Return the entries below precisely, omitting nothing.

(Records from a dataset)
####

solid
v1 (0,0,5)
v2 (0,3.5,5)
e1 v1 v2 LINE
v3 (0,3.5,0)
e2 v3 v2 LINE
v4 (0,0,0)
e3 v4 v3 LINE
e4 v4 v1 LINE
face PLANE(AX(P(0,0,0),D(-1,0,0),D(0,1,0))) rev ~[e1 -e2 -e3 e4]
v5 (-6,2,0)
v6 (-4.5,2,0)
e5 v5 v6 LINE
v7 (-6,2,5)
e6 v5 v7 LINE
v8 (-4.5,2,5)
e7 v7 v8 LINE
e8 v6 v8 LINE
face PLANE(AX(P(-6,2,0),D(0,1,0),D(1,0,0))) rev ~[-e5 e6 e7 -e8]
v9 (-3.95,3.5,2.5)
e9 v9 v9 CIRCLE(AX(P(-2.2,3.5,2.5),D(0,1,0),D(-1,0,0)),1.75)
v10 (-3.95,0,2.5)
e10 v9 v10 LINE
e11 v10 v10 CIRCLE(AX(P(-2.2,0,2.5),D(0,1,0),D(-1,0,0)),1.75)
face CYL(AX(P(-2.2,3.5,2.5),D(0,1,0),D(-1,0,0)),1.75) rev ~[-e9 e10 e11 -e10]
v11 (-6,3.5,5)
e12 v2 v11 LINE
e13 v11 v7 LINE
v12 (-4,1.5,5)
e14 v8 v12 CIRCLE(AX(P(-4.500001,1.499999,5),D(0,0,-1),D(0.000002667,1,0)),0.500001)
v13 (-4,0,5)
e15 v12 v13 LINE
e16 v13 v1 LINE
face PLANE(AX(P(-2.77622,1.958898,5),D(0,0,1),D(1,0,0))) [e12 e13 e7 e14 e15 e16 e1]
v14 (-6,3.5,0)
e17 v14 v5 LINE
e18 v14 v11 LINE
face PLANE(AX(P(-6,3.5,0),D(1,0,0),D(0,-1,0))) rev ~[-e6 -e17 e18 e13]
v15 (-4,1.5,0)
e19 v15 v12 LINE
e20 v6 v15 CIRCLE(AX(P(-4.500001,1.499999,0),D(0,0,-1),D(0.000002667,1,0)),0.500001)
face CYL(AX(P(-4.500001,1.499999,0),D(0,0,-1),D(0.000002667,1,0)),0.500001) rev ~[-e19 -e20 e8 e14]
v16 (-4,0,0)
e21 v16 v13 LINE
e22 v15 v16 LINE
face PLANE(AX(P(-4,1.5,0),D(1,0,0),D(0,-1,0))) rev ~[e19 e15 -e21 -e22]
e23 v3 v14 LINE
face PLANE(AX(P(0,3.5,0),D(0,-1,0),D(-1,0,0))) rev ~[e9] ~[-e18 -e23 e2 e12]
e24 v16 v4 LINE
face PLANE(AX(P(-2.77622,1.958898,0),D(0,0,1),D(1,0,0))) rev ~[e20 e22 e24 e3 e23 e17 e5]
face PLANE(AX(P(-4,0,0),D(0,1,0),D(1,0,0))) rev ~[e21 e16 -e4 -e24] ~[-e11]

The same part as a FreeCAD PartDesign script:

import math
import FreeCAD as App
import Part
import Sketcher

doc = App.newDocument("Part")
body = doc.addObject("PartDesign::Body", "Body")

sketch1 = doc.addObject("Sketcher::SketchObject", "Sketch")
body.addObject(sketch1)
sketch1.AttachmentSupport = (doc.XY_Plane, [""])
sketch1.MapMode = "FlatFace"
sketch1.addGeometry([
    Part.LineSegment(App.Vector(-4, 0, 0), App.Vector(0, 0, 0)),
    Part.LineSegment(App.Vector(0, 0, 0), App.Vector(0, 3.5, 0)),
    Part.LineSegment(App.Vector(0, 3.5, 0), App.Vector(-6, 3.5, 0)),
    Part.LineSegment(App.Vector(-6, 3.5, 0), App.Vector(-6, 2, 0)),
    Part.LineSegment(App.Vector(-6, 2, 0), App.Vector(-4.5, 2, 0)),
    Part.ArcOfCircle(Part.Circle(App.Vector(-4.500001, 1.499999, 0), App.Vector(0, 0, 1), 0.500001), math.radians(0.000153), math.radians(89.999847)),
    Part.LineSegment(App.Vector(-4, 1.5, 0), App.Vector(-4, 0, 0)),
], False)
sketch1.addConstraint([
    Sketcher.Constraint("Coincident", 0, 2, 1, 1),
    Sketcher.Constraint("Coincident", 1, 2, 2, 1),
    Sketcher.Constraint("Coincident", 2, 2, 3, 1),
    Sketcher.Constraint("Coincident", 3, 2, 4, 1),
    Sketcher.Constraint("Coincident", 4, 2, 5, 2),
    Sketcher.Constraint("Coincident", 5, 1, 6, 1),
    Sketcher.Constraint("Coincident", 6, 2, 0, 1),
    Sketcher.Constraint("Horizontal", 0),
    Sketcher.Constraint("Vertical", 1),
    Sketcher.Constraint("Horizontal", 2),
    Sketcher.Constraint("Vertical", 3),
    Sketcher.Constraint("Horizontal", 4),
    Sketcher.Constraint("Vertical", 6),
    Sketcher.Constraint("Coincident", 0, 2, -1, 1),
    Sketcher.Constraint("Vertical", 5, 3, 4, 2),
    Sketcher.Constraint("Equal", 4, 3),
    Sketcher.Constraint("Equal", 3, 6),
    Sketcher.Constraint("Radius", 5, 0.500001),
    Sketcher.Constraint("DistanceX", 0, 1, 0, 2, 4.0),
    Sketcher.Constraint("DistanceX", 2, 2, 2, 1, 6.0),
    Sketcher.Constraint("DistanceY", 1, 1, 1, 2, 3.5),
])
pad1 = doc.addObject("PartDesign::Pad", "Pad")
body.addObject(pad1)
pad1.Profile = sketch1
pad1.Length = 5

sketch2 = doc.addObject("Sketcher::SketchObject", "Sketch001")
body.addObject(sketch2)
sketch2.AttachmentSupport = (doc.XZ_Plane, [""])
sketch2.MapMode = "FlatFace"
sketch2.AttachmentOffset = App.Placement(App.Vector(0, 0, -3.5), App.Rotation())
sketch2.addGeometry(Part.Circle(App.Vector(-2.2, 2.5, 0), App.Vector(0, 0, 1), 1.75), False)
sketch2.addConstraint([
    Sketcher.Constraint("Diameter", 0, 3.5),
    Sketcher.Constraint("DistanceX", 0, 3, -1, 1, 2.2),
    Sketcher.Constraint("DistanceY", -1, 1, 0, 3, 2.5),
])
pocket1 = doc.addObject("PartDesign::Pocket", "Pocket")
body.addObject(pocket1)
pocket1.Profile = sketch2
pocket1.Length = 25
pocket1.Reversed = True

doc.recompute()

####

◆ **TASK ANSWER**:
solid
v1 (0,0,5)
v2 (0,3.5,5)
e1 v1 v2 LINE
v3 (0,3.5,0)
e2 v3 v2 LINE
v4 (0,0,0)
e3 v4 v3 LINE
e4 v4 v1 LINE
face PLANE(AX(P(0,0,0),D(-1,0,0),D(0,1,0))) rev ~[e1 -e2 -e3 e4]
v5 (-6,2,0)
v6 (-4.5,2,0)
e5 v5 v6 LINE
v7 (-6,2,5)
e6 v5 v7 LINE
v8 (-4.5,2,5)
e7 v7 v8 LINE
e8 v6 v8 LINE
face PLANE(AX(P(-6,2,0),D(0,1,0),D(1,0,0))) rev ~[-e5 e6 e7 -e8]
v9 (-3.95,3.5,2.5)
e9 v9 v9 CIRCLE(AX(P(-2.2,3.5,2.5),D(0,1,0),D(-1,0,0)),1.75)
v10 (-3.95,0,2.5)
e10 v9 v10 LINE
e11 v10 v10 CIRCLE(AX(P(-2.2,0,2.5),D(0,1,0),D(-1,0,0)),1.75)
face CYL(AX(P(-2.2,3.5,2.5),D(0,1,0),D(-1,0,0)),1.75) rev ~[-e9 e10 e11 -e10]
v11 (-6,3.5,5)
e12 v2 v11 LINE
e13 v11 v7 LINE
v12 (-4,1.5,5)
e14 v8 v12 CIRCLE(AX(P(-4.500001,1.499999,5),D(0,0,-1),D(0.000002667,1,0)),0.500001)
v13 (-4,0,5)
e15 v12 v13 LINE
e16 v13 v1 LINE
face PLANE(AX(P(-2.77622,1.958898,5),D(0,0,1),D(1,0,0))) [e12 e13 e7 e14 e15 e16 e1]
v14 (-6,3.5,0)
e17 v14 v5 LINE
e18 v14 v11 LINE
face PLANE(AX(P(-6,3.5,0),D(1,0,0),D(0,-1,0))) rev ~[-e6 -e17 e18 e13]
v15 (-4,1.5,0)
e19 v15 v12 LINE
e20 v6 v15 CIRCLE(AX(P(-4.500001,1.499999,0),D(0,0,-1),D(0.000002667,1,0)),0.500001)
face CYL(AX(P(-4.500001,1.499999,0),D(0,0,-1),D(0.000002667,1,0)),0.500001) rev ~[-e19 -e20 e8 e14]
v16 (-4,0,0)
e21 v16 v13 LINE
e22 v15 v16 LINE
face PLANE(AX(P(-4,1.5,0),D(1,0,0),D(0,-1,0))) rev ~[e19 e15 -e21 -e22]
e23 v3 v14 LINE
face PLANE(AX(P(0,3.5,0),D(0,-1,0),D(-1,0,0))) rev ~[e9] ~[-e18 -e23 e2 e12]
e24 v16 v4 LINE
face PLANE(AX(P(-2.77622,1.958898,0),D(0,0,1),D(1,0,0))) rev ~[e20 e22 e24 e3 e23 e17 e5]
face PLANE(AX(P(-4,0,0),D(0,1,0),D(1,0,0))) rev ~[e21 e16 -e4 -e24] ~[-e11]

The same part as a FreeCAD PartDesign script:

import math
import FreeCAD as App
import Part
import Sketcher

doc = App.newDocument("Part")
body = doc.addObject("PartDesign::Body", "Body")

sketch1 = doc.addObject("Sketcher::SketchObject", "Sketch")
body.addObject(sketch1)
sketch1.AttachmentSupport = (doc.XY_Plane, [""])
sketch1.MapMode = "FlatFace"
sketch1.addGeometry([
    Part.LineSegment(App.Vector(-4, 0, 0), App.Vector(0, 0, 0)),
    Part.LineSegment(App.Vector(0, 0, 0), App.Vector(0, 3.5, 0)),
    Part.LineSegment(App.Vector(0, 3.5, 0), App.Vector(-6, 3.5, 0)),
    Part.LineSegment(App.Vector(-6, 3.5, 0), App.Vector(-6, 2, 0)),
    Part.LineSegment(App.Vector(-6, 2, 0), App.Vector(-4.5, 2, 0)),
    Part.ArcOfCircle(Part.Circle(App.Vector(-4.500001, 1.499999, 0), App.Vector(0, 0, 1), 0.500001), math.radians(0.000153), math.radians(89.999847)),
    Part.LineSegment(App.Vector(-4, 1.5, 0), App.Vector(-4, 0, 0)),
], False)
sketch1.addConstraint([
    Sketcher.Constraint("Coincident", 0, 2, 1, 1),
    Sketcher.Constraint("Coincident", 1, 2, 2, 1),
    Sketcher.Constraint("Coincident", 2, 2, 3, 1),
    Sketcher.Constraint("Coincident", 3, 2, 4, 1),
    Sketcher.Constraint("Coincident", 4, 2, 5, 2),
    Sketcher.Constraint("Coincident", 5, 1, 6, 1),
    Sketcher.Constraint("Coincident", 6, 2, 0, 1),
    Sketcher.Constraint("Horizontal", 0),
    Sketcher.Constraint("Vertical", 1),
    Sketcher.Constraint("Horizontal", 2),
    Sketcher.Constraint("Vertical", 3),
    Sketcher.Constraint("Horizontal", 4),
    Sketcher.Constraint("Vertical", 6),
    Sketcher.Constraint("Coincident", 0, 2, -1, 1),
    Sketcher.Constraint("Vertical", 5, 3, 4, 2),
    Sketcher.Constraint("Equal", 4, 3),
    Sketcher.Constraint("Equal", 3, 6),
    Sketcher.Constraint("Radius", 5, 0.500001),
    Sketcher.Constraint("DistanceX", 0, 1, 0, 2, 4.0),
    Sketcher.Constraint("DistanceX", 2, 2, 2, 1, 6.0),
    Sketcher.Constraint("DistanceY", 1, 1, 1, 2, 3.5),
])
pad1 = doc.addObject("PartDesign::Pad", "Pad")
body.addObject(pad1)
pad1.Profile = sketch1
pad1.Length = 5

sketch2 = doc.addObject("Sketcher::SketchObject", "Sketch001")
body.addObject(sketch2)
sketch2.AttachmentSupport = (doc.XZ_Plane, [""])
sketch2.MapMode = "FlatFace"
sketch2.AttachmentOffset = App.Placement(App.Vector(0, 0, -3.5), App.Rotation())
sketch2.addGeometry(Part.Circle(App.Vector(-2.2, 2.5, 0), App.Vector(0, 0, 1), 1.75), False)
sketch2.addConstraint([
    Sketcher.Constraint("Diameter", 0, 3.5),
    Sketcher.Constraint("DistanceX", 0, 3, -1, 1, 2.2),
    Sketcher.Constraint("DistanceY", -1, 1, 0, 3, 2.5),
])
pocket1 = doc.addObject("PartDesign::Pocket", "Pocket")
body.addObject(pocket1)
pocket1.Profile = sketch2
pocket1.Length = 25
pocket1.Reversed = True

doc.recompute()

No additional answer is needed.